Le projet Pata Polele, axé sur la modernisation de la gestion des recettes administratives et judiciaires, vise à instaurer un cadre unifié affinant la traçabilité des opérations financières. En intégrant un système de paiement numérique, le gouvernement ambitionne de sécuriser les flux financiers tout en renforçant la confiance entre l’État et ses citoyens. Cette digitalisation des encaissements témoigne non seulement de l’engagement du gouvernement en faveur de la modernité, mais également de sa volonté de garantir une gouvernance exemplaire.

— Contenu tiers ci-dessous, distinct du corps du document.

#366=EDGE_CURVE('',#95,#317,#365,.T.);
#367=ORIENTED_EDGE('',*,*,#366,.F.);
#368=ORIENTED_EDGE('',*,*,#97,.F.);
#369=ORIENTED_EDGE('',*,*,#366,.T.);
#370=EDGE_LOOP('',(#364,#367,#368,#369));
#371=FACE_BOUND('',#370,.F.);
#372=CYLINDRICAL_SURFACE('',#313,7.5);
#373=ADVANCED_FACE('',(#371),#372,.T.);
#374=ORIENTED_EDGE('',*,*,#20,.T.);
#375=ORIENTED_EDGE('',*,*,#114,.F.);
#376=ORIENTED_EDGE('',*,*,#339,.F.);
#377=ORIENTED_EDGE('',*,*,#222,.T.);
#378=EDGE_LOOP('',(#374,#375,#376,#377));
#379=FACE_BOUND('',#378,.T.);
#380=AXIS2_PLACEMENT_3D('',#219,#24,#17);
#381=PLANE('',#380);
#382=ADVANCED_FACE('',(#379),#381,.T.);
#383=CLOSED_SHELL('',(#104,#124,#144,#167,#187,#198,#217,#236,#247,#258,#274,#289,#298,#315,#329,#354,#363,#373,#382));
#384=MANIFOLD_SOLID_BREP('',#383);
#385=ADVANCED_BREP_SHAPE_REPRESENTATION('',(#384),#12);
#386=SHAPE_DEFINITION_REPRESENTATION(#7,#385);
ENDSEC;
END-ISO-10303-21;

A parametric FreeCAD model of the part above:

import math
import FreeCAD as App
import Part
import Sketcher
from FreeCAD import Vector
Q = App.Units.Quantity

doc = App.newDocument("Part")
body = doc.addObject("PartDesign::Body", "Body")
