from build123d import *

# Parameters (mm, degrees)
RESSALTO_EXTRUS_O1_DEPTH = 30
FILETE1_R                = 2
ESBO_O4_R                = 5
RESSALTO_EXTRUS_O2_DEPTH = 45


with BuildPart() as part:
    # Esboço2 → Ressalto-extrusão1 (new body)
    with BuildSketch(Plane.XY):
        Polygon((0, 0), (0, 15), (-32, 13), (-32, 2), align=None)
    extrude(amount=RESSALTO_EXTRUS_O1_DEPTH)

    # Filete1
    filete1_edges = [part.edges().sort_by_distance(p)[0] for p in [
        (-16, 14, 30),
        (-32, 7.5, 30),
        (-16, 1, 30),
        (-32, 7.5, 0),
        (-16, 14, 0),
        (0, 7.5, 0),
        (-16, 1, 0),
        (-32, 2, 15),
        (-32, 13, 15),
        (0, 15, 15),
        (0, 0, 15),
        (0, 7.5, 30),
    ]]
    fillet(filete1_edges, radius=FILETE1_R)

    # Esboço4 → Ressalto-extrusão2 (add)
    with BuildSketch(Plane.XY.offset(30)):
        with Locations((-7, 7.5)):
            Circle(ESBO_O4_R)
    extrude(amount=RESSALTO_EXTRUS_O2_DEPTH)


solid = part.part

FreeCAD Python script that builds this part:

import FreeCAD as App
import Part
import Sketcher
Q = App.Units.Quantity

doc = App.newDocument("Part")
params = doc.addObject("Spreadsheet::Sheet", "Params")
for row, (alias, value) in enumerate([
    ("sketch1_height", "15 mm"),
    ("sketch1_height2", "11 mm"),
    ("pad1_length", "30 mm"),
    ("fillet_radius", "2 mm"),
    ("sketch2_diameter", "10 mm"),
    ("pad2_length", "45 mm"),
], start=1):
    params.set(f"A{row}", alias)
    params.set(f"B{row}", "=" + value)
    params.setAlias(f"B{row}", alias)

body = doc.addObject("PartDesign::Body", "Body")

sketch1 = body.newObject("Sketcher::SketchObject", "Sketch")
sketch1.AttachmentSupport = (doc.getObject("XY_Plane"), [""])
sketch1.MapMode = "FlatFace"
sketch1.addGeometry(Part.LineSegment(App.Vector(0, 0, 0), App.Vector(0, 15, 0)), False)
sketch1.addGeometry(Part.LineSegment(App.Vector(0, 15, 0), App.Vector(-32, 13, 0)), False)
sketch1.addGeometry(Part.LineSegment(App.Vector(-32, 13, 0), App.Vector(-32, 2, 0)), False)
sketch1.addGeometry(Part.LineSegment(App.Vector(-32, 2, 0), App.Vector(0, 0, 0)), False)
sketch1.addConstraint(Sketcher.Constraint("Coincident", 0, 2, 1, 1))
sketch1.addConstraint(Sketcher.Constraint("Coincident", 1, 2, 2, 1))
sketch1.addConstraint(Sketcher.Constraint("Coincident", 2, 2, 3, 1))
sketch1.addConstraint(Sketcher.Constraint("Coincident", 3, 2, 0, 1))
sketch1.addConstraint(Sketcher.Constraint("Vertical", 0))
sketch1.addConstraint(Sketcher.Constraint("Vertical", 2))
sketch1.addConstraint(Sketcher.Constraint("Coincident", 3, 2, -1, 1))
sketch1.addConstraint(Sketcher.Constraint("Equal", 1, 3))
sketch1.addConstraint(Sketcher.Constraint("DistanceY", 0, 1, 0, 2, Q("15 mm")))
sketch1.addConstraint(Sketcher.Constraint("DistanceY", 2, 2, 2, 1, Q("11 mm")))
sketch1.addConstraint(Sketcher.Constraint("DistanceX", 1, 2, -1, 1, Q("32 mm")))
sketch1.setExpression("Constraints[8]", "Params.sketch1_height")
sketch1.setExpression("Constraints[9]", "Params.sketch1_height2")
pad1 = body.newObject("PartDesign::Pad", "Pad")
pad1.Profile = sketch1
pad1.setExpression("Length", "Params.pad1_length")
doc.recompute()

fillet = body.newObject("PartDesign::Fillet", "Fillet")
fillet.Base = (pad1, ["Edge1"])
fillet.UseAllEdges = True
fillet.setExpression("Radius", "Params.fillet_radius")

sketch2 = body.newObject("Sketcher::SketchObject", "Sketch001")
sketch2.AttachmentSupport = (doc.getObject("XY_Plane"), [""])
sketch2.MapMode = "FlatFace"
sketch2.AttachmentOffset = App.Placement(App.Vector(0, 0, 30), App.Rotation())
sketch2.addGeometry(Part.Circle(App.Vector(-7, 8, 0), App.Vector(0, 0, 1), 5), False)
sketch2.addConstraint(Sketcher.Constraint("Diameter", 0, Q("10 mm")))
sketch2.addConstraint(Sketcher.Constraint("DistanceX", 0, 3, -1, 1, Q("7 mm")))
sketch2.addConstraint(Sketcher.Constraint("DistanceY", -1, 1, 0, 3, Q("7.5 mm")))
sketch2.setExpression("Constraints[0]", "Params.sketch2_diameter")
pad2 = body.newObject("PartDesign::Pad", "Pad001")
pad2.Profile = sketch2
pad2.setExpression("Length", "Params.pad2_length")

doc.recompute()
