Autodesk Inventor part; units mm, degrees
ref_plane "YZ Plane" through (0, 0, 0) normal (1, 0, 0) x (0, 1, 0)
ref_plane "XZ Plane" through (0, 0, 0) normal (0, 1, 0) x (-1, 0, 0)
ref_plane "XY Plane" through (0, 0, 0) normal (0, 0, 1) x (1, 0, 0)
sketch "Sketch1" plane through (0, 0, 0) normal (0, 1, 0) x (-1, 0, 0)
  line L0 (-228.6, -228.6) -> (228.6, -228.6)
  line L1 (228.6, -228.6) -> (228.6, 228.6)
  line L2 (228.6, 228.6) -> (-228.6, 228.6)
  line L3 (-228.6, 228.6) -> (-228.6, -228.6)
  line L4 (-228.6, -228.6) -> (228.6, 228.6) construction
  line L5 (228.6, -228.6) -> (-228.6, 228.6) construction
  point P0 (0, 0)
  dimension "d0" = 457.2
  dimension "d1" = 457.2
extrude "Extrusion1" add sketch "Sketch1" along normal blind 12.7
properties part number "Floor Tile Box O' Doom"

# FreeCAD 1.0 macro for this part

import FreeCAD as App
import Part
import Sketcher
from FreeCAD import Vector
Q = App.Units.Quantity


def add_polygon(sketch, points):
    """Adds a closed chain of lines whose ends are joined by coincident constraints."""
    first, n = sketch.GeometryCount, len(points)
    for a, b in zip(points, points[1:] + points[:1]):
        sketch.addGeometry(Part.LineSegment(App.Vector(*a, 0), App.Vector(*b, 0)), False)
    for i in range(n):
        sketch.addConstraint(Sketcher.Constraint("Coincident", first + i, 2, first + (i + 1) % n, 1))

doc = App.newDocument("Part")
body = doc.addObject("PartDesign::Body", "Body")

sketch1 = body.newObject("Sketcher::SketchObject", "Sketch")
sketch1.AttachmentSupport = (doc.getObject("XZ_Plane"), [""])
sketch1.MapMode = "FlatFace"
add_polygon(sketch1, [(228.6, 228.6), (228.6, -228.6), (-228.6, -228.6), (-228.6, 228.6)])
sketch1.addConstraint(Sketcher.Constraint("Vertical", 0))
sketch1.addConstraint(Sketcher.Constraint("Horizontal", 1))
sketch1.addConstraint(Sketcher.Constraint("Vertical", 2))
sketch1.addConstraint(Sketcher.Constraint("Horizontal", 3))
sketch1.addConstraint(Sketcher.Constraint("Symmetric", 0, 2, 2, 2, -1, 1))
sketch1.addConstraint(Sketcher.Constraint("Equal", 3, 0))
sketch1.addConstraint(Sketcher.Constraint("DistanceX", 1, 2, 1, 1, Q("18 in")))
pad1 = body.newObject("PartDesign::Pad", "Pad")
pad1.Profile = sketch1
pad1.Length = Q("0.5 in")
pad1.Reversed = True

doc.recompute()
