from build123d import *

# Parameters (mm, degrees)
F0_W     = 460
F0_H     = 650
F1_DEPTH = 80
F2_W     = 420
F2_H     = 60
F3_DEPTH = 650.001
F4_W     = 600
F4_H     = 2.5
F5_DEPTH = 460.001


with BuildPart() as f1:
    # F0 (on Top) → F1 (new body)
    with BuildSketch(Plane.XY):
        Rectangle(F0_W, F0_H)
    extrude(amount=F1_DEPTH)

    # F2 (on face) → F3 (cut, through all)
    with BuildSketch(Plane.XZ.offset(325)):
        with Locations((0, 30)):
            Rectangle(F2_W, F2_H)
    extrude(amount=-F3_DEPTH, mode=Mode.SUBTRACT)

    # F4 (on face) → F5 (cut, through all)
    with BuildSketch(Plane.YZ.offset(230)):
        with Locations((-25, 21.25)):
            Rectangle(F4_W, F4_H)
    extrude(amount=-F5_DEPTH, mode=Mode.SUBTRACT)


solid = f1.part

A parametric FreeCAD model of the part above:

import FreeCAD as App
import Part
import Sketcher
from FreeCAD import Vector

doc = App.newDocument("Part")
params = doc.addObject("Spreadsheet::Sheet", "Params")
for row, (alias, value) in enumerate([
    ("sketch1_width", "460 mm"),
    ("sketch1_height", "650 mm"),
    ("pad1_length", "80 mm"),
    ("sketch2_width", "420 mm"),
    ("sketch2_height", "60 mm"),
    ("sketch3_width", "600 mm"),
    ("sketch3_height", "2.5 mm"),
], start=1):
    params.set(f"A{row}", alias)
    params.set(f"B{row}", "=" + value)
    params.setAlias(f"B{row}", alias)

body = doc.addObject("PartDesign::Body", "Body")

# Sketch on XY plane
sketch1 = doc.addObject("Sketcher::SketchObject", "Sketch")
body.addObject(sketch1)
sketch1.AttachmentSupport = (doc.XY_Plane, [""])
sketch1.MapMode = "FlatFace"
sketch1.addGeometry([
    Part.LineSegment(Vector(-230, 325, 0), Vector(-230, -325, 0)),
    Part.LineSegment(Vector(-230, -325, 0), Vector(230, -325, 0)),
    Part.LineSegment(Vector(230, -325, 0), Vector(230, 325, 0)),
    Part.LineSegment(Vector(230, 325, 0), Vector(-230, 325, 0)),
], False)
sketch1.addConstraint([
    Sketcher.Constraint("Coincident", 0, 2, 1, 1),
    Sketcher.Constraint("Coincident", 1, 2, 2, 1),
    Sketcher.Constraint("Coincident", 2, 2, 3, 1),
    Sketcher.Constraint("Coincident", 3, 2, 0, 1),
    Sketcher.Constraint("Vertical", 0),
    Sketcher.Constraint("Horizontal", 1),
    Sketcher.Constraint("Vertical", 2),
    Sketcher.Constraint("Horizontal", 3),
    Sketcher.Constraint("Symmetric", 0, 2, 2, 2, -1, 1),
    Sketcher.Constraint("DistanceX", 1, 1, 1, 2, 460.0),
    Sketcher.Constraint("DistanceY", 0, 2, 0, 1, 650.0),
])
sketch1.setExpression("Constraints[9]", "Params.sketch1_width")
sketch1.setExpression("Constraints[10]", "Params.sketch1_height")
pad1 = doc.addObject("PartDesign::Pad", "Pad")
body.addObject(pad1)
pad1.Profile = sketch1
pad1.setExpression("Length", "Params.pad1_length")

# Sketch on XZ plane
sketch2 = doc.addObject("Sketcher::SketchObject", "Sketch001")
body.addObject(sketch2)
sketch2.AttachmentSupport = (doc.XZ_Plane, [""])
sketch2.MapMode = "FlatFace"
sketch2.AttachmentOffset = App.Placement(Vector(0, 0, 325), App.Rotation())
sketch2.addGeometry([
    Part.LineSegment(Vector(-210, 60, 0), Vector(-210, 0, 0)),
    Part.LineSegment(Vector(-210, 0, 0), Vector(210, 0, 0)),
    Part.LineSegment(Vector(210, 0, 0), Vector(210, 60, 0)),
    Part.LineSegment(Vector(210, 60, 0), Vector(-210, 60, 0)),
], False)
sketch2.addConstraint([
    Sketcher.Constraint("Coincident", 0, 2, 1, 1),
    Sketcher.Constraint("Coincident", 1, 2, 2, 1),
    Sketcher.Constraint("Coincident", 2, 2, 3, 1),
    Sketcher.Constraint("Coincident", 3, 2, 0, 1),
    Sketcher.Constraint("Vertical", 0),
    Sketcher.Constraint("Horizontal", 1),
    Sketcher.Constraint("Vertical", 2),
    Sketcher.Constraint("Horizontal", 3),
    Sketcher.Constraint("Symmetric", 0, 2, 1, 2, -1, 1),
    Sketcher.Constraint("DistanceX", 1, 1, 1, 2, 420.0),
    Sketcher.Constraint("DistanceY", 0, 2, 0, 1, 60.0),
])
sketch2.setExpression("Constraints[9]", "Params.sketch2_width")
sketch2.setExpression("Constraints[10]", "Params.sketch2_height")
pocket1 = doc.addObject("PartDesign::Pocket", "Pocket")
body.addObject(pocket1)
pocket1.Profile = sketch2
pocket1.Type = "ThroughAll"

# Sketch on YZ plane
sketch3 = doc.addObject("Sketcher::SketchObject", "Sketch002")
body.addObject(sketch3)
sketch3.AttachmentSupport = (doc.YZ_Plane, [""])
sketch3.MapMode = "FlatFace"
sketch3.AttachmentOffset = App.Placement(Vector(0, 0, 230), App.Rotation())
sketch3.addGeometry([
    Part.LineSegment(Vector(-325, 22.5, 0), Vector(-325, 20, 0)),
    Part.LineSegment(Vector(-325, 20, 0), Vector(275, 20, 0)),
    Part.LineSegment(Vector(275, 20, 0), Vector(275, 22.5, 0)),
    Part.LineSegment(Vector(275, 22.5, 0), Vector(-325, 22.5, 0)),
], False)
sketch3.addConstraint([
    Sketcher.Constraint("Coincident", 0, 2, 1, 1),
    Sketcher.Constraint("Coincident", 1, 2, 2, 1),
    Sketcher.Constraint("Coincident", 2, 2, 3, 1),
    Sketcher.Constraint("Coincident", 3, 2, 0, 1),
    Sketcher.Constraint("Vertical", 0),
    Sketcher.Constraint("Horizontal", 1),
    Sketcher.Constraint("Vertical", 2),
    Sketcher.Constraint("Horizontal", 3),
    Sketcher.Constraint("DistanceX", 1, 1, 1, 2, 600.0),
    Sketcher.Constraint("DistanceY", 0, 2, 0, 1, 2.5),
    Sketcher.Constraint("DistanceX", 0, 2, -1, 1, 325.0),
    Sketcher.Constraint("DistanceY", -1, 1, 0, 2, 20.0),
])
sketch3.setExpression("Constraints[8]", "Params.sketch3_width")
sketch3.setExpression("Constraints[9]", "Params.sketch3_height")
pocket2 = doc.addObject("PartDesign::Pocket", "Pocket001")
body.addObject(pocket2)
pocket2.Profile = sketch3
pocket2.Type = "ThroughAll"

doc.recompute()
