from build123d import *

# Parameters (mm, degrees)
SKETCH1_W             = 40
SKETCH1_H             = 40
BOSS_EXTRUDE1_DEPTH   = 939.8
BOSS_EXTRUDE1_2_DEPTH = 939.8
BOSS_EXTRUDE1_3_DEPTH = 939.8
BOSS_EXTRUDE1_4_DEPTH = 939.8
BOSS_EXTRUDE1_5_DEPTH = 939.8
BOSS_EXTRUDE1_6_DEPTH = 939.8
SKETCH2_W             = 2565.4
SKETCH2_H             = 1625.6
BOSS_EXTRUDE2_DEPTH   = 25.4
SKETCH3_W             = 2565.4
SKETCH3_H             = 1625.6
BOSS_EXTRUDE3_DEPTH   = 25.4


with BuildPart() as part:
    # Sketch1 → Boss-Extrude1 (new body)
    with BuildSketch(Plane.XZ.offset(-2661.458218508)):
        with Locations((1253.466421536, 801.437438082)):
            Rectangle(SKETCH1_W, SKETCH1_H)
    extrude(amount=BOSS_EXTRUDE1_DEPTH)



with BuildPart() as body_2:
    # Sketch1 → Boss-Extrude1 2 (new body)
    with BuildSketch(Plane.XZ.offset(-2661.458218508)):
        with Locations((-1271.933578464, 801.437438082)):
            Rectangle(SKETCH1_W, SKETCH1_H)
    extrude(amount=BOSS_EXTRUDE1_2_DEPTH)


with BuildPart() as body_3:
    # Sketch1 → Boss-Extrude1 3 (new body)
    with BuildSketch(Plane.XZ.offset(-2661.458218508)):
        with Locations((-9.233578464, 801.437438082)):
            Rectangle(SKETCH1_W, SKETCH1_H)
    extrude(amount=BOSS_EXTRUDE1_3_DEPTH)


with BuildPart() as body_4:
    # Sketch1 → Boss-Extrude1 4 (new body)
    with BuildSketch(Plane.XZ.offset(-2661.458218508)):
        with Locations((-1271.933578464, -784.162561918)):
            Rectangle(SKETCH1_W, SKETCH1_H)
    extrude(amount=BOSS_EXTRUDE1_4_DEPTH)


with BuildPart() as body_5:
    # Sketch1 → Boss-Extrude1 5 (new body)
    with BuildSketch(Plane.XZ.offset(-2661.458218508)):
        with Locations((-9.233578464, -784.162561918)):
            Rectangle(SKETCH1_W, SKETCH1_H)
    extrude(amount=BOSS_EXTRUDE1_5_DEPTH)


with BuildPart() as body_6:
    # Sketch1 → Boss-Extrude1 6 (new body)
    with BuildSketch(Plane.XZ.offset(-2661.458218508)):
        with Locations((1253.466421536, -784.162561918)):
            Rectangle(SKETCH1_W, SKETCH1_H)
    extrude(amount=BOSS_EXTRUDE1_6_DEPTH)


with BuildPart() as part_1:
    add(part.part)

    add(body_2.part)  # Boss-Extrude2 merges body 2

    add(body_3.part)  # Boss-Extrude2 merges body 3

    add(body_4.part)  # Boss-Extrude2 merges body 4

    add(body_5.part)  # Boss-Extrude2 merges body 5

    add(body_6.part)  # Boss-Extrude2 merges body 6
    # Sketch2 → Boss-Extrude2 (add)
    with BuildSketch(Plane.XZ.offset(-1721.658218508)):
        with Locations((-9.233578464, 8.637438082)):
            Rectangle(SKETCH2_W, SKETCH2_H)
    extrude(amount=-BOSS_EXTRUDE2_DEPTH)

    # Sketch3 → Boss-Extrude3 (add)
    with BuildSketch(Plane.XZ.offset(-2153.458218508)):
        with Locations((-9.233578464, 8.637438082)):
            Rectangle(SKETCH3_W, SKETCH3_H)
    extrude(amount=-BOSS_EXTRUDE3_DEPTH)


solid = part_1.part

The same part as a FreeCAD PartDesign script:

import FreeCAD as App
import Part
import Sketcher
from FreeCAD import Vector
Q = App.Units.Quantity

doc = App.newDocument("Part")
body = doc.addObject("PartDesign::Body", "Body")

sketch1 = doc.addObject("Sketcher::SketchObject", "Sketch")
body.addObject(sketch1)
sketch1.AttachmentSupport = (doc.XZ_Plane, [""])
sketch1.MapMode = "FlatFace"
sketch1.AttachmentOffset = App.Placement(Vector(0, 0, -2661.458219), App.Rotation())
sketch1.addGeometry([
    Part.LineSegment(Vector(1233.466422, 821.437438, 0), Vector(1233.466422, 781.437438, 0)),
    Part.LineSegment(Vector(1233.466422, 781.437438, 0), Vector(1273.466422, 781.437438, 0)),
    Part.LineSegment(Vector(1273.466422, 781.437438, 0), Vector(1273.466422, 821.437438, 0)),
    Part.LineSegment(Vector(1273.466422, 821.437438, 0), Vector(1233.466422, 821.437438, 0)),
], False)
sketch1.addConstraint([
    Sketcher.Constraint("Coincident", 0, 2, 1, 1),
    Sketcher.Constraint("Coincident", 1, 2, 2, 1),
    Sketcher.Constraint("Coincident", 2, 2, 3, 1),
    Sketcher.Constraint("Coincident", 3, 2, 0, 1),
    Sketcher.Constraint("Vertical", 0),
    Sketcher.Constraint("Horizontal", 1),
    Sketcher.Constraint("Vertical", 2),
    Sketcher.Constraint("Horizontal", 3),
    Sketcher.Constraint("Equal", 3, 0),
    Sketcher.Constraint("DistanceX", 1, 1, 1, 2, Q("40 mm")),
    Sketcher.Constraint("DistanceX", -1, 1, 0, 2, Q("1233.466422 mm")),
    Sketcher.Constraint("DistanceY", -1, 1, 0, 2, Q("781.437438 mm")),
])
pad1 = doc.addObject("PartDesign::Pad", "Pad")
body.addObject(pad1)
pad1.Profile = sketch1
pad1.Length = Q("37 in")
body2 = doc.addObject("PartDesign::Body", "Body001")
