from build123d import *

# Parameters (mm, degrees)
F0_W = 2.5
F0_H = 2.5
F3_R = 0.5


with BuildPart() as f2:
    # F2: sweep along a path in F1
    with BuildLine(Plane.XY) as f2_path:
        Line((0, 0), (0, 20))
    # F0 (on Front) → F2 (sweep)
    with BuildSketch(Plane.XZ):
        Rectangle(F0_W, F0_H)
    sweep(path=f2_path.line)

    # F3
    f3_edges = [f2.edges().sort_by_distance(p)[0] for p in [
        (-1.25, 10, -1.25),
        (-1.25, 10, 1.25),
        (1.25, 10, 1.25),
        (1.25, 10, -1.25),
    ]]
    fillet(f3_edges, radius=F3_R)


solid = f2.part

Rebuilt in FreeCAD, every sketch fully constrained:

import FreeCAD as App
import Part
import Sketcher

V = App.Vector


def edges_at(feature, points):
    """Names of the edges that pass closest to the given points."""
    edges = feature.Shape.Edges
    near = lambda p: min(range(len(edges)), key=lambda i: edges[i].distToShape(Part.Vertex(*p))[0])
    return sorted({f"Edge{near(p) + 1}" for p in points})


def add_polygon(sketch, points):
    """Adds a closed chain of lines whose ends are joined by coincident constraints."""
    first, n = sketch.GeometryCount, len(points)
    for a, b in zip(points, points[1:] + points[:1]):
        sketch.addGeometry(Part.LineSegment(App.Vector(*a, 0), App.Vector(*b, 0)), False)
    for i in range(n):
        sketch.addConstraint(Sketcher.Constraint("Coincident", first + i, 2, first + (i + 1) % n, 1))

doc = App.newDocument("Part")
body = doc.addObject("PartDesign::Body", "Body")

# Sketch on XZ plane
sketch1 = doc.addObject("Sketcher::SketchObject", "Sketch")
body.addObject(sketch1)
sketch1.AttachmentSupport = (doc.XZ_Plane, [""])
sketch1.MapMode = "FlatFace"
add_polygon(sketch1, [(-1.25, 1.25), (-1.25, -1.25), (1.25, -1.25), (1.25, 1.25)])  # lines 0-3
sketch1.addConstraint(Sketcher.Constraint("Vertical", 0))
sketch1.addConstraint(Sketcher.Constraint("Horizontal", 1))
sketch1.addConstraint(Sketcher.Constraint("Vertical", 2))
sketch1.addConstraint(Sketcher.Constraint("Horizontal", 3))
sketch1.addConstraint(Sketcher.Constraint("Symmetric", 0, 2, 2, 2, -1, 1))
sketch1.addConstraint(Sketcher.Constraint("Equal", 3, 0))
sketch1.addConstraint(Sketcher.Constraint("DistanceX", 1, 1, 1, 2, 2.5))

# Sketch on XY plane
sketch2 = doc.addObject("Sketcher::SketchObject", "Sketch001")
body.addObject(sketch2)
sketch2.AttachmentSupport = (doc.XY_Plane, [""])
sketch2.MapMode = "FlatFace"
sketch2.addGeometry(Part.LineSegment(V(0, 0, 0), V(0, 20, 0)), False)
sketch2.addConstraint(Sketcher.Constraint("Vertical", 0))
sketch2.addConstraint(Sketcher.Constraint("Coincident", 0, 1, -1, 1))
sketch2.addConstraint(Sketcher.Constraint("DistanceY", 0, 1, 0, 2, 20.0))
doc.recompute()

additivepipe = doc.addObject("PartDesign::AdditivePipe", "AdditivePipe")
body.addObject(additivepipe)
additivepipe.Profile = sketch1
additivepipe.Spine = (sketch2, ["Edge1"])
doc.recompute()

fillet = doc.addObject("PartDesign::Fillet", "Fillet")
body.addObject(fillet)
fillet.Base = (additivepipe, edges_at(additivepipe, [
    (-1.25, 10, -1.25),
    (-1.25, 10, 1.25),
    (1.25, 10, 1.25),
    (1.25, 10, -1.25),
]))
fillet.Radius = 0.5

doc.recompute()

L’atelier, organisé en collaboration avec les ministères de la Justice, des Finances et de l’Intérieur, s’inscrit dans le cadre du programme européen de soutien à l’État de droit, dirigé par Expertise France. Au cours de cette rencontre, les différents participants ont engagé des discussions approfondies sur l’harmonisation des procédures judiciaires et l’établissement des responsabilités de chacun dans le cadre du nouveau système. L’objectif principal était de mettre en place des mécanismes de contrôle adaptés au numérique, assurant ainsi une transition en douceur vers cette nouvelle ère de gestion publique.
La coordination interinstitutionnelle a également été au cœur des échanges, soulignant la nécessité d’une adoption cohérente et systématique du système Pata Polele à travers les différentes structures de l’État. En optimisant cette synergie, la République Centrafricaine aspire à une véritable intégration des technologies numériques dans ses infrastructures administratives, essentielle pour contrer les dysfonctionnements historiques et garantir la performance des services publics.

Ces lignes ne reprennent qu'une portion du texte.